Segundo Alice, uma das principais metas da iniciativa é tornar possível estudos, mesmo em instituições com pouco recursos para custeio de bolsas ou viagens de campo. “Às vezes a amostra está coletada, a gente só não sabe onde tem”. Após uma avaliação do projeto de pesquisa, as amostras são finalmente enviadas ao solicitante, contribuindo para o crescimento das pesquisas sobre essas aves, muitas delas ameaçadas de extinção.
Confira a seguir a entrevista completa com Alice sobre essa iniciativa e conservação dessas aves:
((o))eco: Como surgiu a ideia de criar esse banco de amostras?
Alice Pereira: O banco surgiu em função de uma demanda vinda do Plano Nacional para a Conservação de Albatrozes e Petréis (PLANACAP). Existem vários planos nacionais de conservação de diferentes espécies de aves, e o plano de albatrozes e petréis é o mais antigo. E essa demanda também vem de outra coisa importante, que é o Acordo para a Conservação de Albatrozes e Petréis (ACAP). Esse acordo é internacional, vários países são signatários, entre eles o Brasil. E essa demanda surge porque se precisa fazer pesquisa com albatrozes e petréis, saber o status das populações, se elas estão ou não ameaçadas, qual o grau de ameaça, se elas são migratórias ou pertencem a um lugar. A gente precisa ter um esforço coletivo dos países. Apesar da gente ter um plano nacional de albatrozes e petréis, a gente só tem duas espécies que de fato nidificam aqui, que são “nossas”. As demais são todas migratórias, passam por vários países. Então precisa ter um esforço conjunto. E aí surgiu com o ACAP a ideia de cada país ter esse banco e se ajudarem.
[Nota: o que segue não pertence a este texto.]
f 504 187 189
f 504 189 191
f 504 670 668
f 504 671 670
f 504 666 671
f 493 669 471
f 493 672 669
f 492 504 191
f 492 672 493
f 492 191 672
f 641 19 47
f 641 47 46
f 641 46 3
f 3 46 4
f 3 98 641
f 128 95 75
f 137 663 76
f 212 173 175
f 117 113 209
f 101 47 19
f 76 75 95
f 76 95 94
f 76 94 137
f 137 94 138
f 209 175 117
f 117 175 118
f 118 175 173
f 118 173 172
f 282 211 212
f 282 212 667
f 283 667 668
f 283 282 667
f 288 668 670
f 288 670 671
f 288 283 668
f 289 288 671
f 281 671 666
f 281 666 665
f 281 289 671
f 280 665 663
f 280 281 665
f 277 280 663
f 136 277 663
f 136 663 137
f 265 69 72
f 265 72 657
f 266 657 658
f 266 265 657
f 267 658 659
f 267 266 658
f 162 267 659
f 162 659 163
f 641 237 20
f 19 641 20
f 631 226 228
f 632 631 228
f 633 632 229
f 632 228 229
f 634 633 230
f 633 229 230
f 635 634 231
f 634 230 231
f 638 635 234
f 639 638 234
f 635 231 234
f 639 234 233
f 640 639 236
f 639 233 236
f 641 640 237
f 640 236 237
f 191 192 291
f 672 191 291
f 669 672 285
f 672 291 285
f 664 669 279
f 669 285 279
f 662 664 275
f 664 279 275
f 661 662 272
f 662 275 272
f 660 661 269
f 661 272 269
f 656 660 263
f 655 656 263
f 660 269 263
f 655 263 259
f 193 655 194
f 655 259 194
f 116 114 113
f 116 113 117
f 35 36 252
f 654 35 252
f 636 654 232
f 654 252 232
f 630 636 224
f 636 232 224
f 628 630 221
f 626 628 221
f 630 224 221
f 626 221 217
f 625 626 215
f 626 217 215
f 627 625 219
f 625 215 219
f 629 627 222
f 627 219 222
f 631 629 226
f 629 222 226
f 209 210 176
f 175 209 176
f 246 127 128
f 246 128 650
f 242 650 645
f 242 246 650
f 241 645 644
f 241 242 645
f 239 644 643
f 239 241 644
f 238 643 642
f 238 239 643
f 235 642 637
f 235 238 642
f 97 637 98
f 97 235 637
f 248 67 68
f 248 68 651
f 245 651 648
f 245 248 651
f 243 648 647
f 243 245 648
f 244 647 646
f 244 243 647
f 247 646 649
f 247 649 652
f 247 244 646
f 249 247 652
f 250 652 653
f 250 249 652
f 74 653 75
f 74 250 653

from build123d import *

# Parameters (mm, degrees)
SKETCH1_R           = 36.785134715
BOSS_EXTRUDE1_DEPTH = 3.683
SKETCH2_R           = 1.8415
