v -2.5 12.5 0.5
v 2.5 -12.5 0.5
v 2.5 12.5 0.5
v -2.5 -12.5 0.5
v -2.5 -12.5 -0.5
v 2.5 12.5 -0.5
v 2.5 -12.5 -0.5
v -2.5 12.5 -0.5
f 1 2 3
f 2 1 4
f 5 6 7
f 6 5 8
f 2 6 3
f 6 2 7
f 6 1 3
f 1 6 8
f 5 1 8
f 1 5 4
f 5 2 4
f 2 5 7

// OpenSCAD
bar();

module bar(length)
{
    rotate([0,0,90]) cube([25,5,length],center = true);
}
Como é feita a gestão do BAAP?
Várias instituições têm amostras. Elas são de universidades, museus, estão com os programas de monitoramento de praias, que agora acontecem bastante… estão aí, espalhadas. Não se poderia criar mais uma coisa que é só de uma pessoa, ou poderia ter um interesse particular de alguém publicar. Então se decidiu fazer a gestão compartilhada de conservação, que são instituições que se juntam, cada uma vinda de um interesse – público, privado, de uma ONG, academia – que se juntam para gerir o banco. Então, no caso, o CEMAVE, que é o Centro Nacional de Pesquisas para Conservação de Aves Silvestres do ICMBio; o Projeto Albatroz, que é patrocinado pela Petrobras e acaba então patrocinando o banco; e a R3 Animal, que é uma ONG daqui de Santa Catarina que entra com o espaço, cedendo o laboratório, o espaço físico. O CEMAVE também cede parte do espaço físico, mas como eles têm bastantes amostras de monitoramento de praias aqui, também acabam ajudando bastante. Às vezes até ajuda para coletar amostra. Então é uma gestão compartilhada, por termo de cooperação.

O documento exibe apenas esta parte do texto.